Legrande certainly has the jump and is doing well in dressage as well. Good temperament. Not sure that he has ever evented but his owner does post on here.

I used a young coloured stallion called Spyder GB on my Orlov x mare (who is much chunkier than your mare) to produce an event foal. Slight punt as he was a first season sire but had the bloodlines I was after and conformation, temperament etc ticked the boxes. Foal got a very good first premium at the futurity (Lynne Crowden was the evaluator) despite him being a big lazy in the heat. 
He is lighter framed and more elegant than Mum, has a temperament to die for and very good movement. Would have kept him but I dressage rather than event and whilst his paces are good enough for pure dressage they are not quite GP quality, so he has been sold, albeit to a friend. Mare is nice (SHBGB headmare book graded) but did not expect to get something quite as good as this. Have had a couple of people ask if I would re-do the breeding for them as he is such a nice foal. Sadly Mum has been retired from the breeding game as I would have liked one of hers to keep, but was not to be. Can't link to my pics from work but will try and remember to do it later.


----------



## Ionadiamond (6 June 2013)

I have some frozen semen from King Cotton Gold (now deceased) and I don't have a use for it- was NFFR and my mare was put to sleep last year so one dose left. Bit of an unusual proposal but would be willing to sell it under market value if you like him! http://kingcottongold.com/


----------



## annar535 (6 June 2013)

Has anyone else got any foals by him?
How do you find they have turned out, with regards to temperment conformation jumping ability etc?


----------



## seabsicuit2 (6 June 2013)

Do you want an eventer or a SJ?

If eventer then I think you would have to go near/full TB

If you don't mind a chunkier/ heavier type royal Concorde put a fabolous jump and temperament onto my mare. He won the hickstead speed derby & his family are steeped in international jumpers ( v important in a stallion)

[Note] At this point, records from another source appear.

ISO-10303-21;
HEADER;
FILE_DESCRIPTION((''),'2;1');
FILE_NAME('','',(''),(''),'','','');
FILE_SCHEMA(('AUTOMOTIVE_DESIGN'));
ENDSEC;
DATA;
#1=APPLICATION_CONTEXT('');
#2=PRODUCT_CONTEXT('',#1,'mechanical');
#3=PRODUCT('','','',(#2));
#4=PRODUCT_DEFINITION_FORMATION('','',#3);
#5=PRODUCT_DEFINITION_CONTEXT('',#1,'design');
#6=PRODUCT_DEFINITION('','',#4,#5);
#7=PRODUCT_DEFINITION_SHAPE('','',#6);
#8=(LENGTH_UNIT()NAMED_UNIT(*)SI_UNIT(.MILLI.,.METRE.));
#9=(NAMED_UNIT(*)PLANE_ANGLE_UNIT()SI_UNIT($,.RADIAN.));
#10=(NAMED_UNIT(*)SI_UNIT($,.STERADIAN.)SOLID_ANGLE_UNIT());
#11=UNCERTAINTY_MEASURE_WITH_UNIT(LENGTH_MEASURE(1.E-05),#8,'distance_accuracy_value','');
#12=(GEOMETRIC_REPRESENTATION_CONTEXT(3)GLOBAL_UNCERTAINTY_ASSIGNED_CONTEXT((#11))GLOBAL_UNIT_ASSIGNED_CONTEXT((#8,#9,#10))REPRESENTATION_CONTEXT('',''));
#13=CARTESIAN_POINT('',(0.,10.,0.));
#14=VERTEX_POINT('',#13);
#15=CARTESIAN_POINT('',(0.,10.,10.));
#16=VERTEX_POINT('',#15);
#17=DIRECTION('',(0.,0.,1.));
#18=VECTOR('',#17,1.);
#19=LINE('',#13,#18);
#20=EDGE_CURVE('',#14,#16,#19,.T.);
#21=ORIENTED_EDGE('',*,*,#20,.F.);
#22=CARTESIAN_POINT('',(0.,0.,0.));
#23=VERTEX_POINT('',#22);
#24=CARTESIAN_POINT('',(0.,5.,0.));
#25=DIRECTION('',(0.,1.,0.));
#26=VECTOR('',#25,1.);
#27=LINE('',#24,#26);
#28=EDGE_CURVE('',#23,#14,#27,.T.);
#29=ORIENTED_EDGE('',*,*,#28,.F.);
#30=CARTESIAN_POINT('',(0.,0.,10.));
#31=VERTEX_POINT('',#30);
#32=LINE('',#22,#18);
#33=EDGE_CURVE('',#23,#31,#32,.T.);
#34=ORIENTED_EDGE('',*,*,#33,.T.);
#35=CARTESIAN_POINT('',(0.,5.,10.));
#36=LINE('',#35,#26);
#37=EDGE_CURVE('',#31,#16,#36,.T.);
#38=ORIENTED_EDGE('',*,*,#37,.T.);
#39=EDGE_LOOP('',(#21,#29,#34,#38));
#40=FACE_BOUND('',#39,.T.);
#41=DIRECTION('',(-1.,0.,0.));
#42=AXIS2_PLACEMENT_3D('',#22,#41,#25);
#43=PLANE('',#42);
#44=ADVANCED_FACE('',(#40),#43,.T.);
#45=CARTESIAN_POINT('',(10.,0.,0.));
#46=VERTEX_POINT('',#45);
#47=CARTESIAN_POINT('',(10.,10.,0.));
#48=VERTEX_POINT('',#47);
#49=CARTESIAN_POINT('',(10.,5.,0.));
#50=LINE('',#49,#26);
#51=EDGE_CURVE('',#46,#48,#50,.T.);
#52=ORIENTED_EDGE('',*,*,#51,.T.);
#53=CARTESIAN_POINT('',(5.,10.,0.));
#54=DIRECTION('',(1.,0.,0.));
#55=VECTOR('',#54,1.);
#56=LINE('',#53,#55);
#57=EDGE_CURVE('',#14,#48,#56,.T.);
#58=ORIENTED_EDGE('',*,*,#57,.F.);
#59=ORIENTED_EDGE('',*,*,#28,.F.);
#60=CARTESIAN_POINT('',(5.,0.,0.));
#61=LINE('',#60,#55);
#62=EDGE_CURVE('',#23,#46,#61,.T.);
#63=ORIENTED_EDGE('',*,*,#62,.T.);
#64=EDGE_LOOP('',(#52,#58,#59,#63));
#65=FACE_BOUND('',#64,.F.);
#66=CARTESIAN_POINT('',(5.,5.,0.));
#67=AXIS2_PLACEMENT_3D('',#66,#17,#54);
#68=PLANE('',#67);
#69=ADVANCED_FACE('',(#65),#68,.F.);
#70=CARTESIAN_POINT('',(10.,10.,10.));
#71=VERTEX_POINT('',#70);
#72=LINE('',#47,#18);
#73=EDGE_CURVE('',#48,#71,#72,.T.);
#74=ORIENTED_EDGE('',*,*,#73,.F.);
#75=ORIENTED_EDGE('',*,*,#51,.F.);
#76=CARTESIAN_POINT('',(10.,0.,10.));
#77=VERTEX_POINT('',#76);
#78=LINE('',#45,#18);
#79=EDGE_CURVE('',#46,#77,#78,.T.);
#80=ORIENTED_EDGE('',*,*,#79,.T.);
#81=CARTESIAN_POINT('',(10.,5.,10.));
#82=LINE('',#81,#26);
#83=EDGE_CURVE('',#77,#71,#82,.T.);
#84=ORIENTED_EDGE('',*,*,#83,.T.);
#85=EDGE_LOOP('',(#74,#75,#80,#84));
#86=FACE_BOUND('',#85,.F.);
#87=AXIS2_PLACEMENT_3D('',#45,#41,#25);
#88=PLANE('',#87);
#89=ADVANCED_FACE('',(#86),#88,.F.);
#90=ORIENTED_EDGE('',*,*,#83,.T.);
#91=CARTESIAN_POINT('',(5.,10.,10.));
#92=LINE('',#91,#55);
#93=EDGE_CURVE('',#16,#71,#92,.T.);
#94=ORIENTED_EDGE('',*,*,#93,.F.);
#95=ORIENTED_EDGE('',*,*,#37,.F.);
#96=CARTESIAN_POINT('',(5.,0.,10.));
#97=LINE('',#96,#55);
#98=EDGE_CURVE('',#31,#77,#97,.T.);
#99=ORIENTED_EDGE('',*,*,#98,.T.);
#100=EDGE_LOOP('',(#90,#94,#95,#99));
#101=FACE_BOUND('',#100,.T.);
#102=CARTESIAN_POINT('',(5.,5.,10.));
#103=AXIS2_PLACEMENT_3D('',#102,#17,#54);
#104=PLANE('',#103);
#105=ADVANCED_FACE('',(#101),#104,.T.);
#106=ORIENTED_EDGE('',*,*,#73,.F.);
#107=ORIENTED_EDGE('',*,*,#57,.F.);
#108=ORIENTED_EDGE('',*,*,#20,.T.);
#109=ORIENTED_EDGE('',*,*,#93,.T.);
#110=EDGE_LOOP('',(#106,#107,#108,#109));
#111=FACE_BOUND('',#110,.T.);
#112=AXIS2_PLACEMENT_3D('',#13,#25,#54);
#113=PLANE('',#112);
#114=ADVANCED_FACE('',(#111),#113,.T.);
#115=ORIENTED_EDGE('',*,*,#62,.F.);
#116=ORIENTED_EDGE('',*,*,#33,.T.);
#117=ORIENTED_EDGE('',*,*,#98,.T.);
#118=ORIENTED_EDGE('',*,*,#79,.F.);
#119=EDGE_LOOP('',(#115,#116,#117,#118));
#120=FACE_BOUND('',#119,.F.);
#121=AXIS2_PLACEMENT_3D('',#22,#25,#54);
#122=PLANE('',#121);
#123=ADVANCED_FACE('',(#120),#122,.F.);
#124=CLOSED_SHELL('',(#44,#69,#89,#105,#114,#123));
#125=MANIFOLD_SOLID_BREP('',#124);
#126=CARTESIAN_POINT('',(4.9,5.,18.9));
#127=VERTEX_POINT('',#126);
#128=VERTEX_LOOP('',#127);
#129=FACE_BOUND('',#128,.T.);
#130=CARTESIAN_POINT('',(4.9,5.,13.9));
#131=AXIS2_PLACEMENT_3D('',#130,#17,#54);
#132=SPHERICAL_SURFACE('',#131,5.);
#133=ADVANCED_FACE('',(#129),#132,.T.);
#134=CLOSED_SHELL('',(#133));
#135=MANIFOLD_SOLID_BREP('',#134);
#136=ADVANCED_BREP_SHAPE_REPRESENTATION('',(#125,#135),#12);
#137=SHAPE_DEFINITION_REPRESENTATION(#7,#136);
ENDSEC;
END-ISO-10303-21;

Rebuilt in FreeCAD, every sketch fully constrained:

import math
import FreeCAD as App
import Part
import Sketcher

V = App.Vector
Q = App.Units.Quantity


def add_polygon(sketch, points):
    """Adds a closed chain of lines whose ends are joined by coincident constraints."""
    first, n = sketch.GeometryCount, len(points)
    for a, b in zip(points, points[1:] + points[:1]):
        sketch.addGeometry(Part.LineSegment(App.Vector(*a, 0), App.Vector(*b, 0)), False)
    for i in range(n):
        sketch.addConstraint(Sketcher.Constraint("Coincident", first + i, 2, first + (i + 1) % n, 1))

doc = App.newDocument("Part")
body = doc.addObject("PartDesign::Body", "Body")

# Sketch on XY plane
sketch1 = body.newObject("Sketcher::SketchObject", "Sketch")
sketch1.AttachmentSupport = (doc.getObject("XY_Plane"), [""])
sketch1.MapMode = "FlatFace"
add_polygon(sketch1, [(0, 10), (0, 0), (10, 0), (10, 10)])  # lines 0-3
sketch1.addConstraint(Sketcher.Constraint("Vertical", 0))
sketch1.addConstraint(Sketcher.Constraint("Horizontal", 1))
sketch1.addConstraint(Sketcher.Constraint("Vertical", 2))
sketch1.addConstraint(Sketcher.Constraint("Horizontal", 3))
sketch1.addConstraint(Sketcher.Constraint("Coincident", 0, 2, -1, 1))
sketch1.addConstraint(Sketcher.Constraint("Equal", 3, 0))
sketch1.addConstraint(Sketcher.Constraint("DistanceX", 1, 1, 1, 2, Q("10 mm")))
pad1 = body.newObject("PartDesign::Pad", "Pad")
pad1.Profile = sketch1
pad1.Length = 10
body2 = doc.addObject("PartDesign::Body", "Body001")

# Sketch on XZ plane
sketch2 = body2.newObject("Sketcher::SketchObject", "Sketch001")
sketch2.AttachmentSupport = (doc.getObject("XZ_Plane001"), [""])
sketch2.MapMode = "FlatFace"
sketch2.AttachmentOffset = App.Placement(V(0, 0, -5), App.Rotation())
sketch2.addGeometry(Part.ArcOfCircle(Part.Circle(V(4.9, 13.9, 0), V(0, 0, 1), 5), math.radians(-90), math.radians(90)), False)
sketch2.addGeometry(Part.LineSegment(V(4.9, 18.9, 0), V(4.9, 8.9, 0)), False)
sketch2.addGeometry(Part.LineSegment(V(4.9, 8.9, 0), V(4.9, 18.9, 0)), True)  # axis
sketch2.addConstraint(Sketcher.Constraint("Coincident", 0, 1, 1, 2))
sketch2.addConstraint(Sketcher.Constraint("Coincident", 1, 1, 0, 2))
sketch2.addConstraint(Sketcher.Constraint("Vertical", 1))
sketch2.addConstraint(Sketcher.Constraint("Vertical", 2))
sketch2.addConstraint(Sketcher.Constraint("Coincident", 2, 1, 0, 1))
sketch2.addConstraint(Sketcher.Constraint("Equal", 1, 2))
sketch2.addConstraint(Sketcher.Constraint("Radius", 0, Q("5 mm")))
sketch2.addConstraint(Sketcher.Constraint("DistanceX", -1, 1, 0, 3, Q("4.9 mm")))
sketch2.addConstraint(Sketcher.Constraint("DistanceY", -1, 1, 0, 3, Q("13.9 mm")))
sketch2.addConstraint(Sketcher.Constraint("DistanceX", -1, 1, 0, 1, Q("4.9 mm")))
revolution = body2.newObject("PartDesign::Revolution", "Revolution")
revolution.Profile = sketch2
revolution.ReferenceAxis = (sketch2, ["Axis0"])
revolution.Angle = 360

doc.recompute()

At the end of the day you want an out & out jumping horse so do look at bloodlines that are proven to produce good jumpers


----------



## ali bongo (6 June 2013)

I have a yearling filly by Legrande and my hanoverian broodmare is due to foal to him again in a couple of weeks.  He is fabulous.  I intend to event my youngsters and infact I have just arrived home tonight from Bramham International Horse Trials where my yearling was placed 4th in a highly competitive Event breeding Youngstock class.  My filly was extremely well behaved and took everything in her stride.  I would certainly recommend Legrande as an event sire  xx


----------



## gadetra (6 June 2013)

To be honest if you are breeding for eventing I would go TB as with the heavier Holstein in there you don't want something too hefty. Are you in Ireland by any chance? If so there is Pointiliste, Loughehoe Guy, Saracen Hill, Riyalan, Diamond Discovery and Market Square to choose from, all proven.  
Loughehoe Guy ou are pretty much guaranteed to keep the jump, and I love Poinitiliste, him and Riyalan, Market Square and Saracen Hill are heavier NH type so if your mare breeds more TB type it won't be too light in bone. Diamond Discovery is lovely in the flesh as well.
It looks like Mayo/Galway in your pics hence my wondering if you're in Ireland!


----------



## annar535 (7 June 2013)

No I'm not in Ireland but in the north of Scotland I was thinking of having her ai'd but would need to look at logistics of getting it here and finding a vet who will do it!
There are so many good stallions out there it's hard to choose which would best suit! 
Ali bongo I would be very interested to see pictures of your young one to legrande, how do you find their temperament etc?
Thank you!


----------



## Molly01 (7 June 2013)

I have a Legrande youngster and he has a wonderful temperament.


----------



## ali bongo (7 June 2013)

She has a fantastic temperament and takes everything in her stride. She is also very loving. I have a lovely pic of her at Bramham yesterday but I,m not sure how to upload on here. If someone could point me in the right direction I will put it o. Xx


----------



## upsallstud (7 June 2013)

Hi,

Its some times nice to think a little out the box....Have you thought about using a young up and coming stallion?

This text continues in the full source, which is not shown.